I received an early Christmas present of a box set of the complete works of JS Bach, which comes divided up into 172 CDs. As someone who is a bit OCD about organizing such things, I am trying to organize all the tracks and albums in a way that both makes sense musically and aesthetically. The set starts out with the Bach cantatas, which are easy enough to start with. The CDs for the cantatas pretty much follow the BWV numbers in order. Once it gets to the chorales, organ works, and keyboard works, however, things seem to pretty much be all over the place. The major collections such as the Brandenburg concertos, Art of Fugue, Goldberg variations, etc. are kept together, but otherwise the pieces seem to be scattered all over the place. It seems that the chorale works are organized by theme (secular, joyous religious works, pieces about death, etc.) while the organ and keyboard works are organized by time periods (Weimar period, Kothen period, Leipzig period, etc.). Neither one has those works in order by the BWV number. If I would like to see the works in order by BWV, would it make sense to move them around in my iTunes library to do that, or would I be destroying the context that the pieces have in the order they are already in?
Wow 172 CDs? I would do genres, then date.
I’ve got about 2/3 of them done, but the other 1/3 seem to be a bit more difficult to tame.:eek:
I’d suggest listening to parts of the compilation you think are “all over the place” and see if they make sense (to you) the way they are. If they don’t, then you’re free to categorize whichever way sees fit.
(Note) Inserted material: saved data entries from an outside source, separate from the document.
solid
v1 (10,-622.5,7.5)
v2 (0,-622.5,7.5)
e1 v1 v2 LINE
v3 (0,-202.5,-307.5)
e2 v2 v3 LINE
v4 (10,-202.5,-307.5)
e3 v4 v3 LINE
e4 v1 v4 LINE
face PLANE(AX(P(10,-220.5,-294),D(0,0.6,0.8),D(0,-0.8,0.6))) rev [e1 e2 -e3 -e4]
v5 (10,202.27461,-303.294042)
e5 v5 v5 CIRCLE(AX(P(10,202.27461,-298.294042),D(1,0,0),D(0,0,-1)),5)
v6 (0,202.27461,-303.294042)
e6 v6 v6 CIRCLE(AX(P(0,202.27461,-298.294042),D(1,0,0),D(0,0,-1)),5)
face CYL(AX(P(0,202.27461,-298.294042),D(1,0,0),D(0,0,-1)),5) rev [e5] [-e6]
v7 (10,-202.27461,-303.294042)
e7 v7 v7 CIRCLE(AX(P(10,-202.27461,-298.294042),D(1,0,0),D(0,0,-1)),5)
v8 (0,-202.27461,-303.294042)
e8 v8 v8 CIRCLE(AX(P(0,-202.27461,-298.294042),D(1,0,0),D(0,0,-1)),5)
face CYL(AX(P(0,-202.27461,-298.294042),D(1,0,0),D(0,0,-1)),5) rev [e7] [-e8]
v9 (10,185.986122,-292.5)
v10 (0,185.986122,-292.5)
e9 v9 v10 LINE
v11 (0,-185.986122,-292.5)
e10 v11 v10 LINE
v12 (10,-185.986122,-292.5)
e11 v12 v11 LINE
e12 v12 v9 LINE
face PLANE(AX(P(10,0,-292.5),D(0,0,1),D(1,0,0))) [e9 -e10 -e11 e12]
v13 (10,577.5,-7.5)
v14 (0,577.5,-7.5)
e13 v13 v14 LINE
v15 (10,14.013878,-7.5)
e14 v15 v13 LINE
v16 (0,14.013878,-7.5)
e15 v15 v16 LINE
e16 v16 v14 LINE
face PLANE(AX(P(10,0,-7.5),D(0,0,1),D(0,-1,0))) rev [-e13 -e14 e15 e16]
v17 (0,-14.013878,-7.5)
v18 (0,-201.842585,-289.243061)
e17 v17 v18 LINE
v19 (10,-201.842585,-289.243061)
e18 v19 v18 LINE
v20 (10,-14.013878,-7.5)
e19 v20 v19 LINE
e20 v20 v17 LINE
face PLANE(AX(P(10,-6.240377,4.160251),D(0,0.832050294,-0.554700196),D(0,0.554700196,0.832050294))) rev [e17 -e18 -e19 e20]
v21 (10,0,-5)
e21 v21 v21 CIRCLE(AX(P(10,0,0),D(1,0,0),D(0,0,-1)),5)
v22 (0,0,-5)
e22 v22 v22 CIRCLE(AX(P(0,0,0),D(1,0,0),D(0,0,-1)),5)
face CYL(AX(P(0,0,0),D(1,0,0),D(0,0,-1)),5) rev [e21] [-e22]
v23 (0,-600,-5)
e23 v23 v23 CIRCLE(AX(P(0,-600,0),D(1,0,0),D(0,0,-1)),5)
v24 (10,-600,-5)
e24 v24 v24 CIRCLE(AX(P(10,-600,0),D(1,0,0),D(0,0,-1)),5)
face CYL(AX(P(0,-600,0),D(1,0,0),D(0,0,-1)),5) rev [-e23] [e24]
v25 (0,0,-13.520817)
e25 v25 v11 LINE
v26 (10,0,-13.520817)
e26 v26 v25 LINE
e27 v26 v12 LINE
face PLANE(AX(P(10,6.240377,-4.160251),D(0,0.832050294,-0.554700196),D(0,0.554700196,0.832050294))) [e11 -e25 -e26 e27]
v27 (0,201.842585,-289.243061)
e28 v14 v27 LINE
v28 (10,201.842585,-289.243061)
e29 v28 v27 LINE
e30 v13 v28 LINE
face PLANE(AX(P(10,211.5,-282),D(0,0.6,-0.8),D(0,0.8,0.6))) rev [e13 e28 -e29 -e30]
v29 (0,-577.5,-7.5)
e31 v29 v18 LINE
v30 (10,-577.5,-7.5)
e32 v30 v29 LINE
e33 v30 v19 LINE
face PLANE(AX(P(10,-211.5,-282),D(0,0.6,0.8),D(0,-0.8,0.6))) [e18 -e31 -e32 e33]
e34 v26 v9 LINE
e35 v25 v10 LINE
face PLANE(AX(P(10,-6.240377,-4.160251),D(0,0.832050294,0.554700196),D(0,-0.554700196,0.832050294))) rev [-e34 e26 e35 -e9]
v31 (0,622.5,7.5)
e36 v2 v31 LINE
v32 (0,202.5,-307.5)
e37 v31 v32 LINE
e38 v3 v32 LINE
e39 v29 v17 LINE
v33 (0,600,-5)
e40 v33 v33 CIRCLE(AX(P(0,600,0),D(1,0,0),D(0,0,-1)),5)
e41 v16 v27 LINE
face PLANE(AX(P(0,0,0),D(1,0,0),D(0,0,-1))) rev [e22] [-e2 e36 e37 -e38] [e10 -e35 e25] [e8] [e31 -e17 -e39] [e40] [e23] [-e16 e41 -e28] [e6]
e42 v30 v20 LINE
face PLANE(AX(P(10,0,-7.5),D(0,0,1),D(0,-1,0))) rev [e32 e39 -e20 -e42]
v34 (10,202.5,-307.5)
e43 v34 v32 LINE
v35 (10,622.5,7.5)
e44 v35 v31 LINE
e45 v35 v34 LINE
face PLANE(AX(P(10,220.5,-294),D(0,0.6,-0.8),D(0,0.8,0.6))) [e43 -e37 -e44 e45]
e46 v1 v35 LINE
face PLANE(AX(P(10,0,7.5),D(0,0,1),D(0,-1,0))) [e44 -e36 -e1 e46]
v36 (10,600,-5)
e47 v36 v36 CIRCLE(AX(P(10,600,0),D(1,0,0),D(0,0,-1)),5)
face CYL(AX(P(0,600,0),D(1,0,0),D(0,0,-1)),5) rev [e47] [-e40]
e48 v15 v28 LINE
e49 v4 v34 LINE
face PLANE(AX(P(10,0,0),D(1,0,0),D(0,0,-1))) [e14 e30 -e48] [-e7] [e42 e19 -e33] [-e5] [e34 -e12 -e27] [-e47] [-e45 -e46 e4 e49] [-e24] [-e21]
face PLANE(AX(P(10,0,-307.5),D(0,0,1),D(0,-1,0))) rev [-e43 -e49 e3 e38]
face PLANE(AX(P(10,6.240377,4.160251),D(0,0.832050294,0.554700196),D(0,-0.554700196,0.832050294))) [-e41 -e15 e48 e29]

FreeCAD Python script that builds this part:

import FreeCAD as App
import Part
import Sketcher

V = App.Vector

doc = App.newDocument("Part")
body = doc.addObject("PartDesign::Body", "Body")

# Sketch on YZ plane
sketch1 = body.newObject("Sketcher::SketchObject", "Sketch")
sketch1.AttachmentSupport = (doc.getObject("YZ_Plane"), [""])
sketch1.MapMode = "FlatFace"
sketch1.addGeometry(Part.LineSegment(V(-202, -308, 0), V(202, -308, 0)), False)
sketch1.addGeometry(Part.LineSegment(V(202, -308, 0), V(622, 8, 0)), False)
sketch1.addGeometry(Part.LineSegment(V(622, 8, 0), V(-622, 8, 0)), False)
sketch1.addGeometry(Part.LineSegment(V(-622, 8, 0), V(-202, -308, 0)), False)
sketch1.addGeometry(Part.LineSegment(V(-578, -8, 0), V(-14, -8, 0)), False)
sketch1.addGeometry(Part.LineSegment(V(-14, -8, 0), V(-202, -289, 0)), False)
sketch1.addGeometry(Part.LineSegment(V(-202, -289, 0), V(-578, -8, 0)), False)
sketch1.addGeometry(Part.LineSegment(V(0, -14, 0), V(186, -292, 0)), False)
sketch1.addGeometry(Part.LineSegment(V(186, -292, 0), V(-186, -292, 0)), False)
sketch1.addGeometry(Part.LineSegment(V(-186, -292, 0), V(0, -14, 0)), False)
sketch1.addGeometry(Part.LineSegment(V(202, -289, 0), V(14, -8, 0)), False)
sketch1.addGeometry(Part.LineSegment(V(14, -8, 0), V(578, -8, 0)), False)
sketch1.addGeometry(Part.LineSegment(V(578, -8, 0), V(202, -289, 0)), False)
sketch1.addConstraint(Sketcher.Constraint("Coincident", 0, 2, 1, 1))
sketch1.addConstraint(Sketcher.Constraint("Coincident", 1, 2, 2, 1))
sketch1.addConstraint(Sketcher.Constraint("Coincident", 2, 2, 3, 1))
sketch1.addConstraint(Sketcher.Constraint("Coincident", 3, 2, 0, 1))
sketch1.addConstraint(Sketcher.Constraint("Coincident", 4, 2, 5, 1))
sketch1.addConstraint(Sketcher.Constraint("Coincident", 5, 2, 6, 1))
sketch1.addConstraint(Sketcher.Constraint("Coincident", 6, 2, 4, 1))
sketch1.addConstraint(Sketcher.Constraint("Coincident", 7, 2, 8, 1))
sketch1.addConstraint(Sketcher.Constraint("Coincident", 8, 2, 9, 1))
sketch1.addConstraint(Sketcher.Constraint("Coincident", 9, 2, 7, 1))
sketch1.addConstraint(Sketcher.Constraint("Coincident", 10, 2, 11, 1))
sketch1.addConstraint(Sketcher.Constraint("Coincident", 11, 2, 12, 1))
sketch1.addConstraint(Sketcher.Constraint("Coincident", 12, 2, 10, 1))
sketch1.addConstraint(Sketcher.Constraint("Horizontal", 0))
sketch1.addConstraint(Sketcher.Constraint("Horizontal", 2))
sketch1.addConstraint(Sketcher.Constraint("Horizontal", 4))
sketch1.addConstraint(Sketcher.Constraint("Horizontal", 8))
sketch1.addConstraint(Sketcher.Constraint("Horizontal", 11))
sketch1.addConstraint(Sketcher.Constraint("Symmetric", 4, 2, 10, 2, -2))
sketch1.addConstraint(Sketcher.Constraint("Symmetric", 5, 2, 12, 2, -2))
sketch1.addConstraint(Sketcher.Constraint("PointOnObject", 9, 2, -2))
sketch1.addConstraint(Sketcher.Constraint("Parallel", 3, 6))
sketch1.addConstraint(Sketcher.Constraint("Parallel", 5, 9))
sketch1.addConstraint(Sketcher.Constraint("Parallel", 7, 10))
sketch1.addConstraint(Sketcher.Constraint("Parallel", 1, 12))
sketch1.addConstraint(Sketcher.Constraint("Equal", 4, 11))
sketch1.addConstraint(Sketcher.Constraint("DistanceX", 0, 1, 0, 2, 405.0))
sketch1.addConstraint(Sketcher.Constraint("DistanceX", 2, 2, 2, 1, 1245.0))
sketch1.addConstraint(Sketcher.Constraint("Distance", 1, 525.0))
sketch1.addConstraint(Sketcher.Constraint("DistanceY", 3, 2, 4, 2, 300.0))
sketch1.addConstraint(Sketcher.Constraint("DistanceX", 2, 2, 6, 2, 45.0))
sketch1.addConstraint(Sketcher.Constraint("DistanceY", 0, 2, 7, 2, 15.0))
sketch1.addConstraint(Sketcher.Constraint("DistanceX", 4, 2, 7, 2, 200.0))
sketch1.addConstraint(Sketcher.Constraint("DistanceX", 11, 2, 1, 2, 45.0))
sketch1.addConstraint(Sketcher.Constraint("DistanceY", 0, 2, -1, 1, 307.5))
sketch1.addConstraint(Sketcher.Constraint("DistanceX", 4, 1, 4, 2, 563.486122))
sketch1.addConstraint(Sketcher.Constraint("Distance", 6, 469.571768))
pad1 = body.newObject("PartDesign::Pad", "Pad")
pad1.Profile = sketch1
pad1.Length = 10

# Sketch on YZ plane
sketch2 = body.newObject("Sketcher::SketchObject", "Sketch001")
sketch2.AttachmentSupport = (doc.getObject("YZ_Plane"), [""])
sketch2.MapMode = "FlatFace"
sketch2.AttachmentOffset = App.Placement(V(0, 0, 10), App.Rotation())
sketch2.addGeometry(Part.Circle(V(0, 0, 0), V(0, 0, 1), 5), False)
sketch2.addGeometry(Part.Circle(V(-600, 0, 0), V(0, 0, 1), 5), False)
sketch2.addGeometry(Part.Circle(V(-202, -298, 0), V(0, 0, 1), 5), False)
sketch2.addGeometry(Part.Circle(V(202, -298, 0), V(0, 0, 1), 5), False)
sketch2.addGeometry(Part.Circle(V(600, 0, 0), V(0, 0, 1), 5), False)
sketch2.addConstraint(Sketcher.Constraint("Coincident", 0, 3, -1, 1))
sketch2.addConstraint(Sketcher.Constraint("Equal", 0, 1))
sketch2.addConstraint(Sketcher.Constraint("Equal", 1, 2))
sketch2.addConstraint(Sketcher.Constraint("Equal", 2, 3))
sketch2.addConstraint(Sketcher.Constraint("Equal", 3, 4))
sketch2.addConstraint(Sketcher.Constraint("Symmetric", 1, 3, 4, 3, -1, 1))
sketch2.addConstraint(Sketcher.Constraint("Symmetric", 2, 3, 3, 3, -2))
sketch2.addConstraint(Sketcher.Constraint("PointOnObject", 1, 3, -1))
sketch2.addConstraint(Sketcher.Constraint("Diameter", 0, 10.0))
sketch2.addConstraint(Sketcher.Constraint("DistanceX", 1, 3, -1, 1, 600.0))
sketch2.addConstraint(Sketcher.Constraint("DistanceX", 2, 3, -1, 1, 202.27461))
sketch2.addConstraint(Sketcher.Constraint("DistanceY", 2, 3, -1, 1, 298.294042))
pocket1 = body.newObject("PartDesign::Pocket", "Pocket")
pocket1.Profile = sketch2
pocket1.Length = 10

doc.recompute()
If you want to sort by BWV, remember that there are more than 200 compositions that don’t fit into the main catalog.
Thank you for the advice :). I have another question regarding the BWV numbering. Some pieces seem to have multiple BWV numbers. For example one track is listed as BWV 431, 432, and 641. This is a single track with all three numbers, not one track listed in three different places. I can’t seem to find any information about why some pieces are listed like this. What’s the story behind those pieces?